The PH is linked to your Total alkalinity (TA) The higher the PH, the lower the TA needs to be. Then there is your Calcium Hardness, this one tends to chug along behind the rest as there’s not much you can do about it (if you have hard water, you have hard water!) and it doesn’t affect the others too much. The only thing you need to watch is to make sure you don’t have a combination of high CH, high TA and high PH as together they will cause problems to the pool walls. 

So looking at your test results, your FC would be fine if your CYA is 40 but of course we don’t know that. If it happens to be 40 you have just struck the jackpot as that’s exactly where you want it to be (between 30-50). The odds on that though are slim if you and the previous owners have been using chlorine tabs. It will more than likely be over 100 but that will depend on when the pool was last drained/part drained.
If your CYA is 100 what you will find is that your chlorine is ineffective and that would appear to be the case if you are having algae problems. For a pool with a CYA of 100 the guidelines on the TFP site are “Minimum FC 7, target 12’.

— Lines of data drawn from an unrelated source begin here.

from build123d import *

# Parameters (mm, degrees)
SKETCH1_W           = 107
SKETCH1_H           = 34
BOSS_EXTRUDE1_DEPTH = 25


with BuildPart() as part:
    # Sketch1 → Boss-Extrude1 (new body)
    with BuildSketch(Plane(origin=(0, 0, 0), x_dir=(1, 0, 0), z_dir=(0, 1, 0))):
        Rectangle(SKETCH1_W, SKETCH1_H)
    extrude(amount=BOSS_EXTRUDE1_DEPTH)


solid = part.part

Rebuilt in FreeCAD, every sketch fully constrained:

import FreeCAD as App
import Part
import Sketcher

V = App.Vector
Q = App.Units.Quantity

doc = App.newDocument("Part")
params = doc.addObject("Spreadsheet::Sheet", "Params")
for row, (alias, value) in enumerate([
    ("sketch1_width", "107 mm"),
    ("sketch1_height", "34 mm"),
    ("pad1_length", "25 mm"),
], start=1):
    params.set(f"A{row}", alias)
    params.set(f"B{row}", "=" + value)
    params.setAlias(f"B{row}", alias)

body = doc.addObject("PartDesign::Body", "Body")

sketch1 = body.newObject("Sketcher::SketchObject", "Sketch")
sketch1.AttachmentSupport = (doc.getObject("XZ_Plane"), [""])
sketch1.MapMode = "FlatFace"
sketch1.addGeometry([
    Part.LineSegment(V(-54, -17, 0), V(-54, 17, 0)),
    Part.LineSegment(V(-54, 17, 0), V(54, 17, 0)),
    Part.LineSegment(V(54, 17, 0), V(54, -17, 0)),
    Part.LineSegment(V(54, -17, 0), V(-54, -17, 0)),
], False)
sketch1.addConstraint([
    Sketcher.Constraint("Coincident", 0, 2, 1, 1),
    Sketcher.Constraint("Coincident", 1, 2, 2, 1),
    Sketcher.Constraint("Coincident", 2, 2, 3, 1),
    Sketcher.Constraint("Coincident", 3, 2, 0, 1),
    Sketcher.Constraint("Vertical", 0),
    Sketcher.Constraint("Horizontal", 1),
    Sketcher.Constraint("Vertical", 2),
    Sketcher.Constraint("Horizontal", 3),
    Sketcher.Constraint("Symmetric", 0, 2, 2, 2, -1, 1),
    Sketcher.Constraint("DistanceX", 1, 1, 1, 2, Q("107 mm")),
    Sketcher.Constraint("DistanceY", 0, 1, 0, 2, Q("34 mm")),
])
sketch1.setExpression("Constraints[9]", "Params.sketch1_width")
sketch1.setExpression("Constraints[10]", "Params.sketch1_height")
pad1 = body.newObject("PartDesign::Pad", "Pad")
pad1.Profile = sketch1
pad1.setExpression("Length", "Params.pad1_length")
pad1.Reversed = True

doc.recompute()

The PH of 7.5 is nice and smack in the middle of the 7.2 to 7.8 range but your TA is a little on the high side at 120ish (guidelines vary but you’ll often see 80 – 120). I would add a little acid to lower the TA to 100ish but this will also lower the PH. If you have some PH+ left over you could use that or aerate the pool although this can take some time and will depend on what you are using to create the bubbles). 

In summary, without the CYA reading and the CH reading, it’s hard to say where your FC and TA should be…..there ya go! Some help huh!


----------



## Desiato (Jun 1, 2015)

Doh! Silly me, the stabiliser on your test strip will be the CYA so my guess of 100.... :first:

The TFP site will tell you to drain half your pool water to get the CYA nearer to 50 if it is an in ground plaster/concrete pool (different for other types). I was reluctant to do this but in the end bit the bullet and got mine from 160 down to 60. I now maintain a FC level of 6-7 and everything is ticking along...err...swimmingly


----------



## DH59 (Feb 23, 2010)

Thanks for the extra info. Getting a bit complicated now, so going to post on TFP. Had issues this morning when the pump started, but got it sorted in the end, and also had a call from a local pool company following my email to Sword - they are importers of the LaMotte kits so I can get one from them (the same shop that told me I didn't need that level of kit!).

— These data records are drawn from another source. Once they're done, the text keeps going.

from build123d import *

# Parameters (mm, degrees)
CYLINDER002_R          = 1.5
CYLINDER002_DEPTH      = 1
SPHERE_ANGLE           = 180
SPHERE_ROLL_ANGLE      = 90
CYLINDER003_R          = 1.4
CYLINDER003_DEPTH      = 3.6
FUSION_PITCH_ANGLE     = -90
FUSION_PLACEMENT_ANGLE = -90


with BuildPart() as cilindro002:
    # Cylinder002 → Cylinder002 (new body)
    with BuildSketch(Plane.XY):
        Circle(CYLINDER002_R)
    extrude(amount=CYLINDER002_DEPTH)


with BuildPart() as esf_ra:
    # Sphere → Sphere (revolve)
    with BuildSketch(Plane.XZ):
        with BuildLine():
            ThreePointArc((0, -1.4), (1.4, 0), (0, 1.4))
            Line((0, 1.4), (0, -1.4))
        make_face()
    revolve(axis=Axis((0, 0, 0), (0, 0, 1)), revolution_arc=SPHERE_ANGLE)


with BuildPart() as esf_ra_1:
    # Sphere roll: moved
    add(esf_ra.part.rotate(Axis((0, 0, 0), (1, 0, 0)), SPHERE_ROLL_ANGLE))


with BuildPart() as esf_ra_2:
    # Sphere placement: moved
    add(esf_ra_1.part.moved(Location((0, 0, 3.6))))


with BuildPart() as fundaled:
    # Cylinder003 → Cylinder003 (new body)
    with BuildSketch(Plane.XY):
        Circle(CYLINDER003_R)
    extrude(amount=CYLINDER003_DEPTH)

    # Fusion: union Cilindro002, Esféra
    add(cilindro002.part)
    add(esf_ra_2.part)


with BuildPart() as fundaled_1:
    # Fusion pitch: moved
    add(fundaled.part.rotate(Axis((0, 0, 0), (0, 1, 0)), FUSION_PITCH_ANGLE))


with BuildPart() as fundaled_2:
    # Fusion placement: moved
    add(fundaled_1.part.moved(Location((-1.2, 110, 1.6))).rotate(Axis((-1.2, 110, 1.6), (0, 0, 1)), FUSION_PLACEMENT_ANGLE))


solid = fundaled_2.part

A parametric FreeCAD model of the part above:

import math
import FreeCAD as App
import Part
import Sketcher
Q = App.Units.Quantity

doc = App.newDocument("Part")
body = doc.addObject("PartDesign::Body", "Body")

# Sketch on XY plane
sketch1 = body.newObject("Sketcher::SketchObject", "Sketch")
sketch1.AttachmentSupport = (doc.getObject("XY_Plane"), [""])
sketch1.MapMode = "FlatFace"
sketch1.addGeometry(Part.Circle(App.Vector(0, 0, 0), App.Vector(0, 0, 1), 1.5), False)
sketch1.addConstraint([
    Sketcher.Constraint("Coincident", 0, 3, -1, 1),
    Sketcher.Constraint("Diameter", 0, Q("3 mm")),
])
pad1 = body.newObject("PartDesign::Pad", "Pad")
pad1.Profile = sketch1
pad1.Length = 1
body2 = doc.addObject("PartDesign::Body", "Body001")

# Sketch on XZ plane
sketch2 = body2.newObject("Sketcher::SketchObject", "Sketch001")
sketch2.AttachmentSupport = (doc.getObject("XZ_Plane001"), [""])
sketch2.MapMode = "FlatFace"
sketch2.addGeometry([
    Part.ArcOfCircle(Part.Circle(App.Vector(0, 0, 0), App.Vector(0, 0, 1), 1.4), math.radians(-90), math.radians(90)),
    Part.LineSegment(App.Vector(0, 1.4, 0), App.Vector(0, -1.4, 0)),
], False)
sketch2.addConstraint([
    Sketcher.Constraint("Coincident", 0, 1, 1, 2),
    Sketcher.Constraint("Coincident", 1, 1, 0, 2),
    Sketcher.Constraint("Vertical", 1),
    Sketcher.Constraint("Coincident", 0, 3, -1, 1),
    Sketcher.Constraint("PointOnObject", 0, 1, -2),
    Sketcher.Constraint("Radius", 0, Q("1.4 mm")),
])
revolution = body2.newObject("PartDesign::Revolution", "Revolution")
revolution.Profile = sketch2
revolution.ReferenceAxis = (sketch2, ["V_Axis"])
revolution.Angle = 180
body3 = doc.addObject("PartDesign::Body", "Body002")
doc.recompute()

body2.Placement = App.Placement(App.Vector(0, 0, 0), App.Rotation(App.Vector(1, 0, 0), 90))
boolean = body3.newObject("PartDesign::Boolean", "Boolean")
boolean.Type = "Fuse"
boolean.addObjects([body2])
body4 = doc.addObject("PartDesign::Body", "Body003")
doc.recompute()

body3.Placement = App.Placement(App.Vector(0, 0, 3.6), App.Rotation(App.Vector(0, 0, 1), 0))
boolean2 = body4.newObject("PartDesign::Boolean", "Boolean001")
boolean2.Type = "Fuse"
boolean2.addObjects([body3])
body5 = doc.addObject("PartDesign::Body", "Body004")

# Sketch on XY plane
sketch3 = body5.newObject("Sketcher::SketchObject", "Sketch002")
sketch3.AttachmentSupport = (doc.getObject("XY_Plane004"), [""])
sketch3.MapMode = "FlatFace"
sketch3.addGeometry(Part.Circle(App.Vector(0, 0, 0), App.Vector(0, 0, 1), 1.4), False)
sketch3.addConstraint([
    Sketcher.Constraint("Coincident", 0, 3, -1, 1),
    Sketcher.Constraint("Diameter", 0, Q("2.8 mm")),
])
pad2 = body5.newObject("PartDesign::Pad", "Pad001")
pad2.Profile = sketch3
pad2.Length = 3.6
doc.recompute()

boolean3 = body5.newObject("PartDesign::Boolean", "Boolean002")
boolean3.Type = "Fuse"
boolean3.addObjects([body])
doc.recompute()

boolean4 = body5.newObject("PartDesign::Boolean", "Boolean003")
boolean4.Type = "Fuse"
boolean4.addObjects([body4])
body6 = doc.addObject("PartDesign::Body", "Body005")
doc.recompute()

body5.Placement = App.Placement(App.Vector(0, 0, 0), App.Rotation(App.Vector(0, 1, 0), 270))
boolean5 = body6.newObject("PartDesign::Boolean", "Boolean004")
boolean5.Type = "Fuse"
boolean5.addObjects([body5])
body7 = doc.addObject("PartDesign::Body", "Body006")
doc.recompute()

body6.Placement = App.Placement(App.Vector(-1.2, 110, 1.6), App.Rotation(App.Vector(0, 0, 1), 270))
boolean6 = body7.newObject("PartDesign::Boolean", "Boolean005")
boolean6.Type = "Fuse"
boolean6.addObjects([body6])

doc.recompute()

The test strips I gave the results from include the CYA, as you have realised.


----------



## Desiato (Jun 1, 2015)

It might seem complicated to start with but once you get to grips with the terminology and how they interact with each other all will become clear....just like your pool. 

I'll keep an eye out for your posts on the TFP site, it will be interesting to see how far off their advice differs from mine.

Good luck! :fingerscrossed:


----------



## DH59 (Feb 23, 2010)

I'm sure your advice will be spot on! But I need to go into more depth (so to speak!) with other issues we're having. At least I know I can get hold of the test kit here - price quoted for the 7022 is €115 +VAT.


----------



## Desiato (Jun 1, 2015)

DH59 said:


> I'm sure your advice will be spot on! But I need to go into more depth (so to speak!) with other issues we're having. At least I know I can get hold of the test kit here - *price quoted for the 7022 is €115 +VAT.*


That´s a good price. I probably should have done more research into finding one locally but after a few ignored emails to local suppliers, I had to take the only one I could fine when I was making a whistle stop tour in the UK. I think I shall up my research for the reagents because I've needed more DPD powder (to test for chlorine) already. There was some confusion as to how many tests the pot was supposed to do as it's not mentioned on the website. Most of the other reagents say they will do 100 tests but my pot was only 20% full and only managed about 40 and that was with level spoonfuls of powder (not heaped). 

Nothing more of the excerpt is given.